46 Conn. App. 277 | Conn. App. Ct. | 1997

Opinion

SPEAR, J.

The plaintiff appeals from the judgment rendered following the trial court’s granting of the defendant’s motion for a directed verdict. She claims that the trial court improperly (1) precluded her expert witness from testifying as to the reasonableness of the defendant’s operation of a boat and the reasonableness of the defendant’s failure to warn her of a dangerous condition, and (2) directed a verdict in favor of the defendant on the plaintiff’s failure to warn claim contained in paragraph 7 (d)1 of her complaint.

The jury reasonably could have found the following facts. The defendant owned a thirty-three foot Hydra-Sport motor boat named Impatient. On July 8,1989, the plaintiff, the defendant and Emanuel DiMauro were on board the Impatient in the Long Island Sound. Their destination was a fishing location south of Montauk, New York.

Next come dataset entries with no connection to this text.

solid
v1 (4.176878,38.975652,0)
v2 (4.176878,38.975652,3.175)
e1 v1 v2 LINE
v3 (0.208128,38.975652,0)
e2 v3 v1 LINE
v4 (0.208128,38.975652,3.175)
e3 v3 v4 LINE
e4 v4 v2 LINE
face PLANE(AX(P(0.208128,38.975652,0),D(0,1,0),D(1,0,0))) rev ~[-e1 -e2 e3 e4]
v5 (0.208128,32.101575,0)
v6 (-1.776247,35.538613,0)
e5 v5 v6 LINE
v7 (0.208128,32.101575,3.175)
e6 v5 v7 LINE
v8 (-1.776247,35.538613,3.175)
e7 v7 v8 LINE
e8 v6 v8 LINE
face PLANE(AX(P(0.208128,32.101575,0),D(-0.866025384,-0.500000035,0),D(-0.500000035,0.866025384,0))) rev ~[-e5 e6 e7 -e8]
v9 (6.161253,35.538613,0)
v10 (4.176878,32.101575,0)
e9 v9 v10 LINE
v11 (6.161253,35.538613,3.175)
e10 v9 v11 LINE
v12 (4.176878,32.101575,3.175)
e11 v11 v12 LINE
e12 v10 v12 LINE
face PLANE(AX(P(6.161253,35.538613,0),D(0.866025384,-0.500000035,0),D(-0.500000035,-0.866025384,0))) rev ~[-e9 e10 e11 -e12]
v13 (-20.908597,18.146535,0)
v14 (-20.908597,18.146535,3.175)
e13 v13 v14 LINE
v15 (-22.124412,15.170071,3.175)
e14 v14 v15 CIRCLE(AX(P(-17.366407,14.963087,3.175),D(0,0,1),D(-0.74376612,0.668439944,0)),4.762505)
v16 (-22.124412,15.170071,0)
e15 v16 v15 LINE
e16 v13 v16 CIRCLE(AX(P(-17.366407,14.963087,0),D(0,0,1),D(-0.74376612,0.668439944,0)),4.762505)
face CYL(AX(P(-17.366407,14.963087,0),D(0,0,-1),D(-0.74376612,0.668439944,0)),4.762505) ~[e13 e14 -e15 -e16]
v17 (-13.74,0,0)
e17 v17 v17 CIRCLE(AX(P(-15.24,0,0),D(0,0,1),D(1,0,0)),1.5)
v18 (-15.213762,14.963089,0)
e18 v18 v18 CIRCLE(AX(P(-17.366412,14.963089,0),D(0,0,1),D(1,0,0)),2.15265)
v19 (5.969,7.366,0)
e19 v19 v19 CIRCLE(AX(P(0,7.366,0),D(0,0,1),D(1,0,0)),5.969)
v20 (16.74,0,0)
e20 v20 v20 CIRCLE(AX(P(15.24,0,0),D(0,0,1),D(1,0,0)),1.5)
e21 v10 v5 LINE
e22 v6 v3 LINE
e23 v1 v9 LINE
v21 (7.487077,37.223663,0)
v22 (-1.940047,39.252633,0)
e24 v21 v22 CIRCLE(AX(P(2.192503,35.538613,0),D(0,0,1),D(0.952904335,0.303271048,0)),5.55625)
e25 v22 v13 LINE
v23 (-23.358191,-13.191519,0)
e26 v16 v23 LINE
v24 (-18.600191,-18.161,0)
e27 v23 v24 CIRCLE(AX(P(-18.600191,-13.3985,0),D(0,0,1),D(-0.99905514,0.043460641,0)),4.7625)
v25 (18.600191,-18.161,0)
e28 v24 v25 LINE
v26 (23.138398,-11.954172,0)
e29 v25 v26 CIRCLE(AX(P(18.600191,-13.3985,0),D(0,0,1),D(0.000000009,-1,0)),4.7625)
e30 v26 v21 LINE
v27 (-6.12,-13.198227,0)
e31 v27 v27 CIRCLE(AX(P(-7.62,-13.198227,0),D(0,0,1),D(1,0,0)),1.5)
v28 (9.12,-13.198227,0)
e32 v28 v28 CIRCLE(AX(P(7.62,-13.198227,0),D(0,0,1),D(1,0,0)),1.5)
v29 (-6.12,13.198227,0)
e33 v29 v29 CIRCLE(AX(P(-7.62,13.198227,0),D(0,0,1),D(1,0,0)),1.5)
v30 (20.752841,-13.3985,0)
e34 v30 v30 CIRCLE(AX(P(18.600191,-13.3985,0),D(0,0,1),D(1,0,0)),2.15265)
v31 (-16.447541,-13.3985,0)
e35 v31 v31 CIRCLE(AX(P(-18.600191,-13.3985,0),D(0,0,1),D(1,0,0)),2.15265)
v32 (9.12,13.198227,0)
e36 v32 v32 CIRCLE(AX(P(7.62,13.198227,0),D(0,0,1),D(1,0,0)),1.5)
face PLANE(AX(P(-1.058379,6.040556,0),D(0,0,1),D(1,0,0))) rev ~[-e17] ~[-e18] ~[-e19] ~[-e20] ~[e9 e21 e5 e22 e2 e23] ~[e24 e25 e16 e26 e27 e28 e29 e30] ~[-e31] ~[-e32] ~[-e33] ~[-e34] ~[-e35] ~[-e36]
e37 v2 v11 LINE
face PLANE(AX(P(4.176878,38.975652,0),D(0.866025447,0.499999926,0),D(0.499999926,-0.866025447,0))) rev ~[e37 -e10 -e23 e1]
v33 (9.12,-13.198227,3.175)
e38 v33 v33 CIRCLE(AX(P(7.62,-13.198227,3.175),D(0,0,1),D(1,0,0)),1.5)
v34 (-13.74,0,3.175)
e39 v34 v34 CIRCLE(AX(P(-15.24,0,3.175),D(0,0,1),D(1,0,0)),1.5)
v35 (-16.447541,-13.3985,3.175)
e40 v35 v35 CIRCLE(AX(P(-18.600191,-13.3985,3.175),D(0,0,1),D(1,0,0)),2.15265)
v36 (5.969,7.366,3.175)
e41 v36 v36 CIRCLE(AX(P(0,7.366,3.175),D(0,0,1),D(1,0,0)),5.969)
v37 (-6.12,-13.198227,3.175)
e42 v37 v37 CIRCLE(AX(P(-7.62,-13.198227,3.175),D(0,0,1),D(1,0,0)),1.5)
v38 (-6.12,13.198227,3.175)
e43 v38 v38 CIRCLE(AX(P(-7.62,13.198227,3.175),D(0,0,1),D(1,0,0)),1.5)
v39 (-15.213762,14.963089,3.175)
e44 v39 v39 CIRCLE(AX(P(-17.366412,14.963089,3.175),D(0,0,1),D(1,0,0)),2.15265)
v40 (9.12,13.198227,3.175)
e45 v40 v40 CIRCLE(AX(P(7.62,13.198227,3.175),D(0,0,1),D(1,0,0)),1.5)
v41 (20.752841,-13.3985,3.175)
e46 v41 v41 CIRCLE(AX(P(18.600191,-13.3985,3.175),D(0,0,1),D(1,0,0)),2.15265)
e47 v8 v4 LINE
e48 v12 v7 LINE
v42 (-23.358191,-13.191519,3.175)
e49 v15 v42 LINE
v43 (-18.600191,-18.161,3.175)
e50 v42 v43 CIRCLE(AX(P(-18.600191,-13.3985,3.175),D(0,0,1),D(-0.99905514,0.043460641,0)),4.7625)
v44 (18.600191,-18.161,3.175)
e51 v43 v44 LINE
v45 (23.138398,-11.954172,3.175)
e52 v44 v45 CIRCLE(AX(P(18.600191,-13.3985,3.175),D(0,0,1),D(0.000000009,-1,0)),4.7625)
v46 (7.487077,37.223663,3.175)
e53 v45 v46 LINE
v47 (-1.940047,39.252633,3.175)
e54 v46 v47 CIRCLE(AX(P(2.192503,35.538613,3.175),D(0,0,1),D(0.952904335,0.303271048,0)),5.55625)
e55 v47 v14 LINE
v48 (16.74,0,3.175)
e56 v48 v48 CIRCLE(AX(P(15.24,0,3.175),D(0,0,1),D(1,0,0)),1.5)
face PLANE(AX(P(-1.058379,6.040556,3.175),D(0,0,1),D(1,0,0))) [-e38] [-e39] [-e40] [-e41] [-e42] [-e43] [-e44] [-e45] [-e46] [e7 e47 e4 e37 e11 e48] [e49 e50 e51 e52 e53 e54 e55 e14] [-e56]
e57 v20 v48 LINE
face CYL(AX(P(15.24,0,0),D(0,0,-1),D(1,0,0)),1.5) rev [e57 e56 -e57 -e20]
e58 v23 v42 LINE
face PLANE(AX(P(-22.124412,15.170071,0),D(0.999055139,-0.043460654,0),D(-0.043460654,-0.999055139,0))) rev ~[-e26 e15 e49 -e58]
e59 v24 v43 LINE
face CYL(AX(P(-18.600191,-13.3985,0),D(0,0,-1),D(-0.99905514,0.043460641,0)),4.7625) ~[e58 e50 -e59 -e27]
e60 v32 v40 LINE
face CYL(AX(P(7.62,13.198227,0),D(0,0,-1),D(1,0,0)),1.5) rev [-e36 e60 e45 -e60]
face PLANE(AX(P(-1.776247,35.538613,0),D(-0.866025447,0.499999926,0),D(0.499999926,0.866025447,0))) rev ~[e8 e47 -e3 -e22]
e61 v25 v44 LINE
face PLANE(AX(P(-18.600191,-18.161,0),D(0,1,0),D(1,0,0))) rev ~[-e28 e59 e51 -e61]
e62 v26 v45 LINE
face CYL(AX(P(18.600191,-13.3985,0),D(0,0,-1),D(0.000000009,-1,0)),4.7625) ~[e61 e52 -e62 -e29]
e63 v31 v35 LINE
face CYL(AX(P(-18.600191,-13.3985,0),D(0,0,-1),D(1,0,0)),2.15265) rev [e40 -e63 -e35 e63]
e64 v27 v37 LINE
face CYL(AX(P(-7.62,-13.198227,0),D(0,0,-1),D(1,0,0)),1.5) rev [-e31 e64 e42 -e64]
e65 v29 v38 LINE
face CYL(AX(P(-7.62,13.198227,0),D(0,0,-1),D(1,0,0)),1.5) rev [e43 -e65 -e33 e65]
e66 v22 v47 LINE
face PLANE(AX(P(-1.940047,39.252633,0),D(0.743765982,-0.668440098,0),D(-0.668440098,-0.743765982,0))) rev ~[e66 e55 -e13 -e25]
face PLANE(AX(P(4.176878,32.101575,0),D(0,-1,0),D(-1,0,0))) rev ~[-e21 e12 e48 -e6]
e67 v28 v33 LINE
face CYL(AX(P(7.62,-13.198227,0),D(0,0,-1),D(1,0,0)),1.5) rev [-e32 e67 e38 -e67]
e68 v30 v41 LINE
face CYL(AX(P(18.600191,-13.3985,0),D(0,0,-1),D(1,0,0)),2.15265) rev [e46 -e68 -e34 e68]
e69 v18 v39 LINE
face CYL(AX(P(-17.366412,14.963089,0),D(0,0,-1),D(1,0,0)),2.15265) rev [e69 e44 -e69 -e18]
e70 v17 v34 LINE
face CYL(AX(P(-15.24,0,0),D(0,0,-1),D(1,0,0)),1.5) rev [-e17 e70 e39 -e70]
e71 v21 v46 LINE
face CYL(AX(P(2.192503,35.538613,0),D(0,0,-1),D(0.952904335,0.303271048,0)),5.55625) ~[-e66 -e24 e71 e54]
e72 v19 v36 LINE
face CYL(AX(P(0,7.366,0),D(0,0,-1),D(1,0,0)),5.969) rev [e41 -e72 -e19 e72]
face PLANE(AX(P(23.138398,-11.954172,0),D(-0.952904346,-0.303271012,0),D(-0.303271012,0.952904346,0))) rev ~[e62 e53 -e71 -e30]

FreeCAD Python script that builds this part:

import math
import FreeCAD as App
import Part
import Sketcher

V = App.Vector
Q = App.Units.Quantity

doc = App.newDocument("Part")
body = doc.addObject("PartDesign::Body", "Body")

# Sketch on XY plane
sketch1 = doc.addObject("Sketcher::SketchObject", "Sketch")
body.addObject(sketch1)
sketch1.AttachmentSupport = (doc.XY_Plane, [""])
sketch1.MapMode = "FlatFace"
sketch1.addGeometry([
    Part.ArcOfCircle(Part.Circle(V(18.6, -13.4, 0), V(0, 0, 1), 4.8), math.radians(-90), math.radians(18)),  # 0
    Part.LineSegment(V(23.1, -12, 0), V(7.5, 37.2, 0)),  # 1
    Part.ArcOfCircle(Part.Circle(V(2.2, 35.5, 0), V(0, 0, 1), 5.6), math.radians(18), math.radians(138)),  # 2
    Part.LineSegment(V(-1.9, 39.3, 0), V(-20.9, 18.1, 0)),  # 3
    Part.ArcOfCircle(Part.Circle(V(-17.4, 15, 0), V(0, 0, 1), 4.8), math.radians(138), math.radians(178)),  # 4
    Part.LineSegment(V(-22.1, 15.2, 0), V(-23.4, -13.2, 0)),  # 5
    Part.ArcOfCircle(Part.Circle(V(-18.6, -13.4, 0), V(0, 0, 1), 4.8), math.radians(178), math.radians(270)),  # 6
    Part.LineSegment(V(-18.6, -18.2, 0), V(18.6, -18.2, 0)),  # 7
    Part.Circle(V(-18.6, -13.4, 0), V(0, 0, 1), 2.2),  # 8
    Part.Circle(V(-7.6, -13.2, 0), V(0, 0, 1), 1.5),  # 9
    Part.Circle(V(-15.2, 0, 0), V(0, 0, 1), 1.5),  # 10
    Part.Circle(V(0, 7.4, 0), V(0, 0, 1), 6),  # 11
    Part.Circle(V(7.6, -13.2, 0), V(0, 0, 1), 1.5),  # 12
    Part.Circle(V(18.6, -13.4, 0), V(0, 0, 1), 2.2),  # 13
    Part.Circle(V(15.2, 0, 0), V(0, 0, 1), 1.5),  # 14
    Part.Circle(V(-17.4, 15, 0), V(0, 0, 1), 2.2),  # 15
    Part.Circle(V(-7.6, 13.2, 0), V(0, 0, 1), 1.5),  # 16
    Part.Circle(V(7.6, 13.2, 0), V(0, 0, 1), 1.5),  # 17
    Part.LineSegment(V(4.2, 39, 0), V(6.2, 35.5, 0)),  # 18
    Part.LineSegment(V(6.2, 35.5, 0), V(4.2, 32.1, 0)),  # 19
    Part.LineSegment(V(4.2, 32.1, 0), V(0.2, 32.1, 0)),  # 20
    Part.LineSegment(V(0.2, 32.1, 0), V(-1.8, 35.5, 0)),  # 21
    Part.LineSegment(V(-1.8, 35.5, 0), V(0.2, 39, 0)),  # 22
    Part.LineSegment(V(0.2, 39, 0), V(4.2, 39, 0)),  # 23
], False)
sketch1.addConstraint([
    Sketcher.Constraint("Tangent", 0, 2, 1, 1),
    Sketcher.Constraint("Tangent", 1, 2, 2, 1),
    Sketcher.Constraint("Tangent", 2, 2, 3, 1),
    Sketcher.Constraint("Tangent", 3, 2, 4, 1),
    Sketcher.Constraint("Tangent", 4, 2, 5, 1),
    Sketcher.Constraint("Tangent", 5, 2, 6, 1),
    Sketcher.Constraint("Tangent", 6, 2, 7, 1),
    Sketcher.Constraint("Tangent", 7, 2, 0, 1),
    Sketcher.Constraint("Coincident", 18, 2, 19, 1),
    Sketcher.Constraint("Coincident", 19, 2, 20, 1),
    Sketcher.Constraint("Coincident", 20, 2, 21, 1),
    Sketcher.Constraint("Coincident", 21, 2, 22, 1),
    Sketcher.Constraint("Coincident", 22, 2, 23, 1),
    Sketcher.Constraint("Coincident", 23, 2, 18, 1),
    Sketcher.Constraint("Horizontal", 7),
    Sketcher.Constraint("Horizontal", 20),
    Sketcher.Constraint("Horizontal", 23),
    Sketcher.Constraint("Coincident", 8, 3, 6, 3),
    Sketcher.Constraint("Coincident", 13, 3, 0, 3),
    Sketcher.Constraint("Coincident", 15, 3, 4, 3),
    Sketcher.Constraint("Equal", 0, 6),
    Sketcher.Constraint("Equal", 9, 10),
    Sketcher.Constraint("Equal", 10, 12),
    Sketcher.Constraint("Equal", 8, 13),
    Sketcher.Constraint("Equal", 12, 14),
    Sketcher.Constraint("Equal", 13, 15),
    Sketcher.Constraint("Equal", 14, 16),
    Sketcher.Constraint("Equal", 16, 17),
    Sketcher.Constraint("Symmetric", 10, 3, 14, 3, -1, 1),
    Sketcher.Constraint("Symmetric", 12, 3, 16, 3, -1, 1),
    Sketcher.Constraint("Symmetric", 9, 3, 17, 3, -1, 1),
    Sketcher.Constraint("Symmetric", 9, 3, 12, 3, -2),
    Sketcher.Constraint("PointOnObject", 10, 3, -1),
    Sketcher.Constraint("PointOnObject", 11, 3, -2),
    Sketcher.Constraint("Parallel", 18, 21),
    Sketcher.Constraint("Parallel", 19, 22),
    Sketcher.Constraint("Horizontal", 2, 3, 18, 2),
    Sketcher.Constraint("Horizontal", 18, 2, 21, 2),
    Sketcher.Constraint("Vertical", 20, 2, 22, 2),
    Sketcher.Constraint("Vertical", 19, 2, 23, 2),
    Sketcher.Constraint("Diameter", 11, Q("0.47 in")),
    Sketcher.Constraint("Angle", 18, Q("-60.000005 deg")),
    Sketcher.Constraint("Radius", 0, Q("0.1875 in")),
    Sketcher.Constraint("Radius", 2, Q("0.21875 in")),
    Sketcher.Constraint("Diameter", 8, Q("0.1695 in")),
    Sketcher.Constraint("DistanceX", 9, 3, -1, 1, Q("0.3 in")),
    Sketcher.Constraint("DistanceX", 10, 3, -1, 1, Q("0.6 in")),
    Sketcher.Constraint("Radius", 4, Q("0.1875002 in")),
    Sketcher.Constraint("Diameter", 9, 3.0),
    Sketcher.Constraint("DistanceX", 20, 2, 20, 1, Q("0.15625 in")),
    Sketcher.Constraint("DistanceY", -1, 1, 11, 3, Q("0.29 in")),
    Sketcher.Constraint("Distance", 18, Q("0.15625 in")),
    Sketcher.Constraint("DistanceY", 6, 2, -1, 1, Q("0.715 in")),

En route to their destination, the boat approached an area known as the “Montauk rips.” This is an area of water off of Montauk Point where the waters of the Atlantic Ocean and Block Island Sound converge. This results in a choppy, turbulent area of water. Both the *279plaintiff and the defendant had been through this turbulent area on numerous occasions. While they were navigating Long Island Sound, the plaintiff was asleep in the cabin below the deck. Neither the defendant nor DiMauro warned the plaintiff that the boat was approaching the Montauk rips. As the Impatient proceeded through the rips, there “was a little bit of a chop” in the water. The plaintiff was bounced around in the cabin and was injured when an unsecured television fell off a shelf and struck her on her back.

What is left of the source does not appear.